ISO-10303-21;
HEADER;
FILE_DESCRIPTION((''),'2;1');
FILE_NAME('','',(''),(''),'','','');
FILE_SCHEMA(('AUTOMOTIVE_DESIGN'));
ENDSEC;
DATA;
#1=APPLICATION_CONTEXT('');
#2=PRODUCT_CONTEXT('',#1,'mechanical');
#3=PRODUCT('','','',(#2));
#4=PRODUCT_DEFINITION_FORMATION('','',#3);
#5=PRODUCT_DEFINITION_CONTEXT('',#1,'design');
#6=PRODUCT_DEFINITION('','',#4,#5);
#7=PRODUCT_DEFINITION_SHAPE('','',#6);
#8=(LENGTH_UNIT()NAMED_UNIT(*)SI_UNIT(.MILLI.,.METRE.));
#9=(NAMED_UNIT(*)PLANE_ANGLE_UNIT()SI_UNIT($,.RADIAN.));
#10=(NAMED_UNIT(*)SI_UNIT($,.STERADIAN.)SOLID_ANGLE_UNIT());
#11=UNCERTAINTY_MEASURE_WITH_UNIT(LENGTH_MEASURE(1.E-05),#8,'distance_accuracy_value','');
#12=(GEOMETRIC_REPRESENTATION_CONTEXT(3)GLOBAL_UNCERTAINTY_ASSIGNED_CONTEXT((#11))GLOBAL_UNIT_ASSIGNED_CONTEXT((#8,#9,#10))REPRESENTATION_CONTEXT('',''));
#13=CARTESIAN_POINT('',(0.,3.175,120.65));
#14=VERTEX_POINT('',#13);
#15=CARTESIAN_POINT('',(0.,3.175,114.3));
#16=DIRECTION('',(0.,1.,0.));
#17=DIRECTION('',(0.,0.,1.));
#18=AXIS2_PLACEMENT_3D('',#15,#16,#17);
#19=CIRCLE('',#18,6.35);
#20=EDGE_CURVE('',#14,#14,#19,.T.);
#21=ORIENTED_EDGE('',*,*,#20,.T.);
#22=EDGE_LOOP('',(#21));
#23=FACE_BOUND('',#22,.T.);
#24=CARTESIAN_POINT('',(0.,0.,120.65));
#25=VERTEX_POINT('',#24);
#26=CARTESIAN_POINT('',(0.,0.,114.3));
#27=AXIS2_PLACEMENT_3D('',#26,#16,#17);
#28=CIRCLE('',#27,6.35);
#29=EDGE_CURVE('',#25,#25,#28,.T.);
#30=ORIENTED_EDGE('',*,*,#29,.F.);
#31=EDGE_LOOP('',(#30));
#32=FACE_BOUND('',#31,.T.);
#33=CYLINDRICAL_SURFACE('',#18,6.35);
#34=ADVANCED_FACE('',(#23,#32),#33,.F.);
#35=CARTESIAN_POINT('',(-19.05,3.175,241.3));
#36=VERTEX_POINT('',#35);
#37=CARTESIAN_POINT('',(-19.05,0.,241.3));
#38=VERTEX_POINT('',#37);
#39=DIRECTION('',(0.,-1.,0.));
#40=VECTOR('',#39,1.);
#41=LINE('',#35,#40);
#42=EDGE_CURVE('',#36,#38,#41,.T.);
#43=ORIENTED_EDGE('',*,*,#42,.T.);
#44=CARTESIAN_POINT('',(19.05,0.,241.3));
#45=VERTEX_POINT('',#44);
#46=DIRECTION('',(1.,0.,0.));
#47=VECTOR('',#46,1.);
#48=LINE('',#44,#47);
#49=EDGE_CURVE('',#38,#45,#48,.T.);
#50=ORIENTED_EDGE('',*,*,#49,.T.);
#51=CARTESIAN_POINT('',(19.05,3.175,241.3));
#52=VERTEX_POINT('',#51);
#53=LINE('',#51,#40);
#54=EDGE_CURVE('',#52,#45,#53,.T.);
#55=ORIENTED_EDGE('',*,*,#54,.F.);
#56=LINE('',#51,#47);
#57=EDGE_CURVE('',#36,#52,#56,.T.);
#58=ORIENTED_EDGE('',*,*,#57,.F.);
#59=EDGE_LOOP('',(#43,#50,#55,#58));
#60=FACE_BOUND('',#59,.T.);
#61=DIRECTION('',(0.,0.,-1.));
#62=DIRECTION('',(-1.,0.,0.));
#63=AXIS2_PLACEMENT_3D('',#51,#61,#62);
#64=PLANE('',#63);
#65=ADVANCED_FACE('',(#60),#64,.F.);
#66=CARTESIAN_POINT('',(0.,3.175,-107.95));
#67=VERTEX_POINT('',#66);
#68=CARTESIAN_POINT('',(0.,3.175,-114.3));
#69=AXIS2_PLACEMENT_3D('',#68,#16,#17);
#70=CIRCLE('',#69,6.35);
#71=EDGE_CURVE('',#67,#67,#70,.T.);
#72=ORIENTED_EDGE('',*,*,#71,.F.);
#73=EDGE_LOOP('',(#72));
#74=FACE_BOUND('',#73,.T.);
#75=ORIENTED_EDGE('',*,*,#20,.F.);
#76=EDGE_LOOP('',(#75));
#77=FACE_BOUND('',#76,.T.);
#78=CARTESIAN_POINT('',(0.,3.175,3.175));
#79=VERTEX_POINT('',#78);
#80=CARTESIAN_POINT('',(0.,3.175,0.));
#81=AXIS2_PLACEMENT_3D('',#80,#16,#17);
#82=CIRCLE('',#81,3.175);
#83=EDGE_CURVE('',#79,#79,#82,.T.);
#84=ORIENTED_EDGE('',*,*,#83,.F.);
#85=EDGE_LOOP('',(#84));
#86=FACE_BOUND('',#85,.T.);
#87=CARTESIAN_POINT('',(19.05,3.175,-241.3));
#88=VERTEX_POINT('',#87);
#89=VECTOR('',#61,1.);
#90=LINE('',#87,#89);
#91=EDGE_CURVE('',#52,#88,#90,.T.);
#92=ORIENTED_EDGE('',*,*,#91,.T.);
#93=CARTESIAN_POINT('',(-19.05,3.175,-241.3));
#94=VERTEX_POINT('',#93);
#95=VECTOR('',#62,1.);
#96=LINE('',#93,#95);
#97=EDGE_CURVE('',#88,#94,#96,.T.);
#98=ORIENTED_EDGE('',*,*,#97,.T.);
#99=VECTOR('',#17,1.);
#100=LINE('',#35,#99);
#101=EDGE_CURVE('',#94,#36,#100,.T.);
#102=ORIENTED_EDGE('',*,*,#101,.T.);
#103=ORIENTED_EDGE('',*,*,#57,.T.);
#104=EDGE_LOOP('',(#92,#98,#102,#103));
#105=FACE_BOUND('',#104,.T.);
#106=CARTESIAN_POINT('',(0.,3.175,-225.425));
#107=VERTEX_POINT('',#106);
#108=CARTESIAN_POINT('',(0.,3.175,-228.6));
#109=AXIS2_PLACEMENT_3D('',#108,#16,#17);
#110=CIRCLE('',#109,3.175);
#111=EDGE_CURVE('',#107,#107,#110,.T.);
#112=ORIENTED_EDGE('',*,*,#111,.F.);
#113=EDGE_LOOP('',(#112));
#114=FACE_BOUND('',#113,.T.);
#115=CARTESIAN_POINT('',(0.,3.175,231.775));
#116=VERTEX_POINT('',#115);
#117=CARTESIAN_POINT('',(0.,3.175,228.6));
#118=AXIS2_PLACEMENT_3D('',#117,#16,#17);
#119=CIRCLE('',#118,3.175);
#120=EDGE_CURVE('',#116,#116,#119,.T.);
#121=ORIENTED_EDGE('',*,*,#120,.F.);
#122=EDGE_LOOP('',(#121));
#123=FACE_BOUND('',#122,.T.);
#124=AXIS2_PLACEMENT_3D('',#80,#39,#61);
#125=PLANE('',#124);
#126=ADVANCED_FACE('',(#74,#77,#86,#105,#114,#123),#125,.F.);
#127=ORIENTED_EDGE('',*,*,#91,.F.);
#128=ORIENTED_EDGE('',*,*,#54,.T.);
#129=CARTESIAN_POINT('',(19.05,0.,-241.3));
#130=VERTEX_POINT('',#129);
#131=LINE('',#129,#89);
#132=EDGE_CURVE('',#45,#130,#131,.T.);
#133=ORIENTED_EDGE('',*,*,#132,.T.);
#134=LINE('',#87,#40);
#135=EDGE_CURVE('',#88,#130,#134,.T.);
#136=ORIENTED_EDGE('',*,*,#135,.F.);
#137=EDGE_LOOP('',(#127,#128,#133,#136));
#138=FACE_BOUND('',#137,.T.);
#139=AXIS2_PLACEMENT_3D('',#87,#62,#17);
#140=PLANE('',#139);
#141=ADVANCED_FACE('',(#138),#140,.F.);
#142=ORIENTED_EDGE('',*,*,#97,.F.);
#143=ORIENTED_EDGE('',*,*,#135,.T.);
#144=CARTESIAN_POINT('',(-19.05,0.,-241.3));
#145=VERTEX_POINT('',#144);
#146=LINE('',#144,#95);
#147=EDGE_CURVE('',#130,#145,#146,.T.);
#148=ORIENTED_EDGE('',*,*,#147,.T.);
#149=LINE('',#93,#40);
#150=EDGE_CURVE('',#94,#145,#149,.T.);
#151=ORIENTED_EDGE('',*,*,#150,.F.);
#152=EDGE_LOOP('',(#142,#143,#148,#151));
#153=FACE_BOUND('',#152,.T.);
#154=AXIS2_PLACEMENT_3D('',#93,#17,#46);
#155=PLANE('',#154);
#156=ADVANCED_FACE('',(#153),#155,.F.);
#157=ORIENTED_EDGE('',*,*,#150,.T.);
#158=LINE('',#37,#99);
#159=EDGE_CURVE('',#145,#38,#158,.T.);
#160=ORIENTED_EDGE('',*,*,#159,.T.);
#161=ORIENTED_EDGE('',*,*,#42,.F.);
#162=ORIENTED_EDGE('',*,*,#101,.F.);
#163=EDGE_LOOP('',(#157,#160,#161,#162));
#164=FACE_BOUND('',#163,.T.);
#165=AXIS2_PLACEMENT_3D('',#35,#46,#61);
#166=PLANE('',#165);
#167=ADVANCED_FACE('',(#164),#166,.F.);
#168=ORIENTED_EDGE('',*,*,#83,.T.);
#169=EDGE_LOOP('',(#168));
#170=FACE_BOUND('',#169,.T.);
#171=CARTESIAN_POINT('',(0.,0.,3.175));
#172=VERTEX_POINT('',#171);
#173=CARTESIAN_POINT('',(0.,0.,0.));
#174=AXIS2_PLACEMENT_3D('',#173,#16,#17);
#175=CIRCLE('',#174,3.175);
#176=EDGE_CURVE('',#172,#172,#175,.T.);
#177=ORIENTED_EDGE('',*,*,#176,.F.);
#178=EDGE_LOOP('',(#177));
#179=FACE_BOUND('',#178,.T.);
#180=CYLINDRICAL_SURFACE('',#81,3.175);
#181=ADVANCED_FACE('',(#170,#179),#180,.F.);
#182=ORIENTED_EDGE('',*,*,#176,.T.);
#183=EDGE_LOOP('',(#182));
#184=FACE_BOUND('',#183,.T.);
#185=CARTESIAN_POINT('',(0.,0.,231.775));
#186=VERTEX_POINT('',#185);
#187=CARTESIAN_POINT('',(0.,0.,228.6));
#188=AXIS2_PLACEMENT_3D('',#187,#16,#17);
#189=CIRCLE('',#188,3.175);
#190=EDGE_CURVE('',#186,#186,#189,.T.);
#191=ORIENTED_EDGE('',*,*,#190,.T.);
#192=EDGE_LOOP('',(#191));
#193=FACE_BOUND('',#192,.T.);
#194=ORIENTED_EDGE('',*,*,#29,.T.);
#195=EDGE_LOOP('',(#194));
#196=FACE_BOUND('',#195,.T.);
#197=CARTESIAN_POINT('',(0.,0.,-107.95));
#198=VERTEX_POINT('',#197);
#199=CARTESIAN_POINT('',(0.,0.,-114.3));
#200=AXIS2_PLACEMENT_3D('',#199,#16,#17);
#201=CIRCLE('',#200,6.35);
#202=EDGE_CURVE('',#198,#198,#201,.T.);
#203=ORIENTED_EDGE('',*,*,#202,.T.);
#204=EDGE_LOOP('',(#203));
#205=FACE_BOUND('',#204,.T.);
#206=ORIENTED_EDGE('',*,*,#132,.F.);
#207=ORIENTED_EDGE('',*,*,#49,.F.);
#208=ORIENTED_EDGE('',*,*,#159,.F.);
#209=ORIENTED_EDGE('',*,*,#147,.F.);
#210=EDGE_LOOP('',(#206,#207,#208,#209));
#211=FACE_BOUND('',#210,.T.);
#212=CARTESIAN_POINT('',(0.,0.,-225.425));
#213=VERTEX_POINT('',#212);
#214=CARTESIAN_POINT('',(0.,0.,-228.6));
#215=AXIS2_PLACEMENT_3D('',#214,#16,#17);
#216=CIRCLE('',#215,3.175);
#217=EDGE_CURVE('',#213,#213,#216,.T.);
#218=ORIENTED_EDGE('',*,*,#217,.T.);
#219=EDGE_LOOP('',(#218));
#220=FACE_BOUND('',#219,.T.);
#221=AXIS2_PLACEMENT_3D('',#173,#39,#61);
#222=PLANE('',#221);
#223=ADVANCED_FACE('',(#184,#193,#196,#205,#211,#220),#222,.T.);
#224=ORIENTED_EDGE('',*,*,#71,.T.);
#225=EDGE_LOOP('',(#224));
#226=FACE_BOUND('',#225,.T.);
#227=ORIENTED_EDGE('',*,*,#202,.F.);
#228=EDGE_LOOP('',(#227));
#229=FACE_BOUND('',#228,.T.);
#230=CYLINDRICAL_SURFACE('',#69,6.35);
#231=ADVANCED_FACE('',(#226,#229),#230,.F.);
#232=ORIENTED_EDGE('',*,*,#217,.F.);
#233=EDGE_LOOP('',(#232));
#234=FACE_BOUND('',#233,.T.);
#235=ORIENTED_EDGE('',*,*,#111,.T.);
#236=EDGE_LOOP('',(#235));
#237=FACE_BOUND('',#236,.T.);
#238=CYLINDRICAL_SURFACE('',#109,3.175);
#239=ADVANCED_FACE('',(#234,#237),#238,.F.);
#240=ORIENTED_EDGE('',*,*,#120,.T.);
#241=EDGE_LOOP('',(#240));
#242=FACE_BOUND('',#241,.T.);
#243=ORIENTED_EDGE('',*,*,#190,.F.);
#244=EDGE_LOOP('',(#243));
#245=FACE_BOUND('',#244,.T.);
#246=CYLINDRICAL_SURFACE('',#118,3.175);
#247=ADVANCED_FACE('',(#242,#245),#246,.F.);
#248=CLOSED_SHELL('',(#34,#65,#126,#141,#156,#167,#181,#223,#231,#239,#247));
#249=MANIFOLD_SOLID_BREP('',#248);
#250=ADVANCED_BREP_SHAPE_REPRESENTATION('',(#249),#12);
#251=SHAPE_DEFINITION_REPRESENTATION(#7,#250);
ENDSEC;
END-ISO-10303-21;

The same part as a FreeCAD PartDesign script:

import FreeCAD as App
import Part
import Sketcher
from FreeCAD import Vector
Q = App.Units.Quantity

doc = App.newDocument("Part")
body = doc.addObject("PartDesign::Body", "Body")

sketch1 = body.newObject("Sketcher::SketchObject", "Sketch")
sketch1.AttachmentSupport = (doc.getObject("XZ_Plane"), [""])
sketch1.MapMode = "FlatFace"
sketch1.addGeometry([
    Part.LineSegment(Vector(19, 241, 0), Vector(19, -241, 0)),
    Part.LineSegment(Vector(19, -241, 0), Vector(-19, -241, 0)),
    Part.LineSegment(Vector(-19, -241, 0), Vector(-19, 241, 0)),
    Part.LineSegment(Vector(-19, 241, 0), Vector(19, 241, 0)),
], False)
sketch1.addConstraint([
    Sketcher.Constraint("Coincident", 0, 2, 1, 1),
    Sketcher.Constraint("Coincident", 1, 2, 2, 1),
    Sketcher.Constraint("Coincident", 2, 2, 3, 1),
    Sketcher.Constraint("Coincident", 3, 2, 0, 1),
    Sketcher.Constraint("Vertical", 0),
    Sketcher.Constraint("Horizontal", 1),
    Sketcher.Constraint("Vertical", 2),
    Sketcher.Constraint("Horizontal", 3),
    Sketcher.Constraint("Symmetric", 0, 2, 2, 2, -1, 1),
    Sketcher.Constraint("DistanceY", 0, 2, 0, 1, Q("19 in")),
    Sketcher.Constraint("DistanceX", 1, 2, 1, 1, Q("1.5 in")),
])
pad1 = body.newObject("PartDesign::Pad", "Pad")
pad1.Profile = sketch1
pad1.Length = Q("0.125 in")
pad1.Reversed = True

sketch2 = body.newObject("Sketcher::SketchObject", "Sketch001")
sketch2.AttachmentSupport = (doc.getObject("XZ_Plane"), [""])
sketch2.MapMode = "FlatFace"
sketch2.AttachmentOffset = App.Placement(Vector(0, 0, -0.125 * 25.4), App.Rotation())
sketch2.addGeometry([
    Part.Circle(Vector(0, 228.6, 0), Vector(0, 0, 1), 3.2),
    Part.Circle(Vector(0, -228.6, 0), Vector(0, 0, 1), 3.2),
    Part.Circle(Vector(0, 0, 0), Vector(0, 0, 1), 3.2),
], False)
sketch2.addConstraint([
    Sketcher.Constraint("Coincident", 2, 3, -1, 1),
    Sketcher.Constraint("Equal", 0, 1),
    Sketcher.Constraint("Equal", 1, 2),
    Sketcher.Constraint("Symmetric", 0, 3, 1, 3, -1, 1),
    Sketcher.Constraint("PointOnObject", 0, 3, -2),
    Sketcher.Constraint("Diameter", 0, Q("0.25 in")),
    Sketcher.Constraint("DistanceY", -1, 1, 0, 3, Q("9 in")),
])
doc.recompute()
hole = body.newObject("PartDesign::Hole", "Hole")
hole.Profile = sketch2
hole.ThreadType = "None"
hole.Diameter = Q("0.25 in")
hole.DepthType = "ThroughAll"
hole.Reversed = True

# # # # # # #

__Instructions to follow__:
Print the listing above from its first line through the line with "#43=ORIENTED_EDGE('',*,*,#42,.T.);", and stop there.

__Result of this task__:
ISO-10303-21;
HEADER;
FILE_DESCRIPTION((''),'2;1');
FILE_NAME('','',(''),(''),'','','');
FILE_SCHEMA(('AUTOMOTIVE_DESIGN'));
ENDSEC;
DATA;
#1=APPLICATION_CONTEXT('');
#2=PRODUCT_CONTEXT('',#1,'mechanical');
#3=PRODUCT('','','',(#2));
#4=PRODUCT_DEFINITION_FORMATION('','',#3);
#5=PRODUCT_DEFINITION_CONTEXT('',#1,'design');
#6=PRODUCT_DEFINITION('','',#4,#5);
#7=PRODUCT_DEFINITION_SHAPE('','',#6);
#8=(LENGTH_UNIT()NAMED_UNIT(*)SI_UNIT(.MILLI.,.METRE.));
#9=(NAMED_UNIT(*)PLANE_ANGLE_UNIT()SI_UNIT($,.RADIAN.));
#10=(NAMED_UNIT(*)SI_UNIT($,.STERADIAN.)SOLID_ANGLE_UNIT());
#11=UNCERTAINTY_MEASURE_WITH_UNIT(LENGTH_MEASURE(1.E-05),#8,'distance_accuracy_value','');
#12=(GEOMETRIC_REPRESENTATION_CONTEXT(3)GLOBAL_UNCERTAINTY_ASSIGNED_CONTEXT((#11))GLOBAL_UNIT_ASSIGNED_CONTEXT((#8,#9,#10))REPRESENTATION_CONTEXT('',''));
#13=CARTESIAN_POINT('',(0.,3.175,120.65));
#14=VERTEX_POINT('',#13);
#15=CARTESIAN_POINT('',(0.,3.175,114.3));
#16=DIRECTION('',(0.,1.,0.));
#17=DIRECTION('',(0.,0.,1.));
#18=AXIS2_PLACEMENT_3D('',#15,#16,#17);
#19=CIRCLE('',#18,6.35);
#20=EDGE_CURVE('',#14,#14,#19,.T.);
#21=ORIENTED_EDGE('',*,*,#20,.T.);
#22=EDGE_LOOP('',(#21));
#23=FACE_BOUND('',#22,.T.);
#24=CARTESIAN_POINT('',(0.,0.,120.65));
#25=VERTEX_POINT('',#24);
#26=CARTESIAN_POINT('',(0.,0.,114.3));
#27=AXIS2_PLACEMENT_3D('',#26,#16,#17);
#28=CIRCLE('',#27,6.35);
#29=EDGE_CURVE('',#25,#25,#28,.T.);
#30=ORIENTED_EDGE('',*,*,#29,.F.);
#31=EDGE_LOOP('',(#30));
#32=FACE_BOUND('',#31,.T.);
#33=CYLINDRICAL_SURFACE('',#18,6.35);
#34=ADVANCED_FACE('',(#23,#32),#33,.F.);
#35=CARTESIAN_POINT('',(-19.05,3.175,241.3));
#36=VERTEX_POINT('',#35);
#37=CARTESIAN_POINT('',(-19.05,0.,241.3));
#38=VERTEX_POINT('',#37);
#39=DIRECTION('',(0.,-1.,0.));
#40=VECTOR('',#39,1.);
#41=LINE('',#35,#40);
#42=EDGE_CURVE('',#36,#38,#41,.T.);
#43=ORIENTED_EDGE('',*,*,#42,.T.);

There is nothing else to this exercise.